- **Problem**: Please copy out the entries below exactly, beginning with the line that contains "Circle(F0_R)" and ending with the line that contains "# F6 (on Top) → F7 (cut)", and include nothing outside that span.

(Stored dataset items)
···
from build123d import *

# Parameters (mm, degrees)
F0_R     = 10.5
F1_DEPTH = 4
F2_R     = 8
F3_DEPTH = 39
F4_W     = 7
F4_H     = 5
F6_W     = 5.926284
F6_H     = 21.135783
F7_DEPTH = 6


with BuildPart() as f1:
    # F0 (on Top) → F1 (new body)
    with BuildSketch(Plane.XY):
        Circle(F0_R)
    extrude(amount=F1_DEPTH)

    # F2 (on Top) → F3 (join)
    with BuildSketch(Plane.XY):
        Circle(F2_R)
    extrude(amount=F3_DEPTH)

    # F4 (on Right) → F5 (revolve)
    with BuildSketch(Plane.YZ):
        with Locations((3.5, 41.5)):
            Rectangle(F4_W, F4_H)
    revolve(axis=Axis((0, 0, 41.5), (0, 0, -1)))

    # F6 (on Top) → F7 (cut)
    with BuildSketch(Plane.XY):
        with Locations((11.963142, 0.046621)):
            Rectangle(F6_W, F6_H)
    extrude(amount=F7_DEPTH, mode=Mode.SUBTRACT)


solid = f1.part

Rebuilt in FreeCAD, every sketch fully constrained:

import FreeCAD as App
import Part
import Sketcher
from FreeCAD import Vector
Q = App.Units.Quantity

doc = App.newDocument("Part")
body = doc.addObject("PartDesign::Body", "Body")

sketch1 = body.newObject("Sketcher::SketchObject", "Sketch")
sketch1.AttachmentSupport = (doc.getObject("XY_Plane"), [""])
sketch1.MapMode = "FlatFace"
sketch1.addGeometry(Part.Circle(Vector(0, 0, 0), Vector(0, 0, 1), 10), False)
sketch1.addConstraint([
    Sketcher.Constraint("Coincident", 0, 3, -1, 1),
    Sketcher.Constraint("Diameter", 0, Q("21 mm")),
])
pad1 = body.newObject("PartDesign::Pad", "Pad")
pad1.Profile = sketch1
pad1.Length = 4

sketch2 = body.newObject("Sketcher::SketchObject", "Sketch001")
sketch2.AttachmentSupport = (doc.getObject("XY_Plane"), [""])
sketch2.MapMode = "FlatFace"
sketch2.addGeometry(Part.Circle(Vector(0, 0, 0), Vector(0, 0, 1), 8), False)
sketch2.addConstraint([
    Sketcher.Constraint("Coincident", 0, 3, -1, 1),
    Sketcher.Constraint("Diameter", 0, Q("16 mm")),
])
pad2 = body.newObject("PartDesign::Pad", "Pad001")
pad2.Profile = sketch2
pad2.Length = 39

sketch3 = body.newObject("Sketcher::SketchObject", "Sketch002")
sketch3.AttachmentSupport = (doc.getObject("YZ_Plane"), [""])
sketch3.MapMode = "FlatFace"
sketch3.addGeometry([
    Part.LineSegment(Vector(0, 44, 0), Vector(0, 39, 0)),
    Part.LineSegment(Vector(0, 39, 0), Vector(7, 39, 0)),
    Part.LineSegment(Vector(7, 39, 0), Vector(7, 44, 0)),
    Part.LineSegment(Vector(7, 44, 0), Vector(0, 44, 0)),
], False)
sketch3.addConstraint([
    Sketcher.Constraint("Coincident", 0, 2, 1, 1),
    Sketcher.Constraint("Coincident", 1, 2, 2, 1),
    Sketcher.Constraint("Coincident", 2, 2, 3, 1),
    Sketcher.Constraint("Coincident", 3, 2, 0, 1),
    Sketcher.Constraint("Vertical", 0),
    Sketcher.Constraint("Horizontal", 1),
    Sketcher.Constraint("Vertical", 2),
    Sketcher.Constraint("Horizontal", 3),
    Sketcher.Constraint("PointOnObject", 0, 2, -2),
    Sketcher.Constraint("DistanceX", 1, 1, 1, 2, Q("7 mm")),
    Sketcher.Constraint("DistanceY", 0, 2, 0, 1, Q("5 mm")),
    Sketcher.Constraint("DistanceY", -1, 1, 0, 2, Q("39 mm")),
])
revolution = body.newObject("PartDesign::Revolution", "Revolution")
revolution.Profile = sketch3
revolution.ReferenceAxis = (sketch3, ["V_Axis"])
revolution.Angle = 360

sketch4 = body.newObject("Sketcher::SketchObject", "Sketch003")
sketch4.AttachmentSupport = (doc.getObject("XY_Plane"), [""])
sketch4.MapMode = "FlatFace"
sketch4.addGeometry([
    Part.LineSegment(Vector(9, 11, 0), Vector(9, -11, 0)),
    Part.LineSegment(Vector(9, -11, 0), Vector(15, -11, 0)),
    Part.LineSegment(Vector(15, -11, 0), Vector(15, 11, 0)),
    Part.LineSegment(Vector(15, 11, 0), Vector(9, 11, 0)),
], False)
sketch4.addConstraint([
    Sketcher.Constraint("Coincident", 0, 2, 1, 1),
    Sketcher.Constraint("Coincident", 1, 2, 2, 1),
    Sketcher.Constraint("Coincident", 2, 2, 3, 1),
    Sketcher.Constraint("Coincident", 3, 2, 0, 1),
    Sketcher.Constraint("Vertical", 0),
    Sketcher.Constraint("Horizontal", 1),
    Sketcher.Constraint("Vertical", 2),
    Sketcher.Constraint("Horizontal", 3),
    Sketcher.Constraint("DistanceX", -1, 1, 0, 2, Q("9 mm")),
    Sketcher.Constraint("DistanceX", 1, 1, 1, 2, Q("5.926284 mm")),
    Sketcher.Constraint("DistanceY", 0, 2, 0, 1, Q("21.135783 mm")),
    Sketcher.Constraint("DistanceY", 0, 2, -1, 1, Q("10.52127 mm")),
])
pocket1 = body.newObject("PartDesign::Pocket", "Pocket")
pocket1.Profile = sketch4
pocket1.Length = 6
pocket1.Reversed = True

doc.recompute()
···
- **Result below**:
        Circle(F0_R)
    extrude(amount=F1_DEPTH)

    # F2 (on Top) → F3 (join)
    with BuildSketch(Plane.XY):
        Circle(F2_R)
    extrude(amount=F3_DEPTH)

    # F4 (on Right) → F5 (revolve)
    with BuildSketch(Plane.YZ):
        with Locations((3.5, 41.5)):
            Rectangle(F4_W, F4_H)
    revolve(axis=Axis((0, 0, 41.5), (0, 0, -1)))

    # F6 (on Top) → F7 (cut)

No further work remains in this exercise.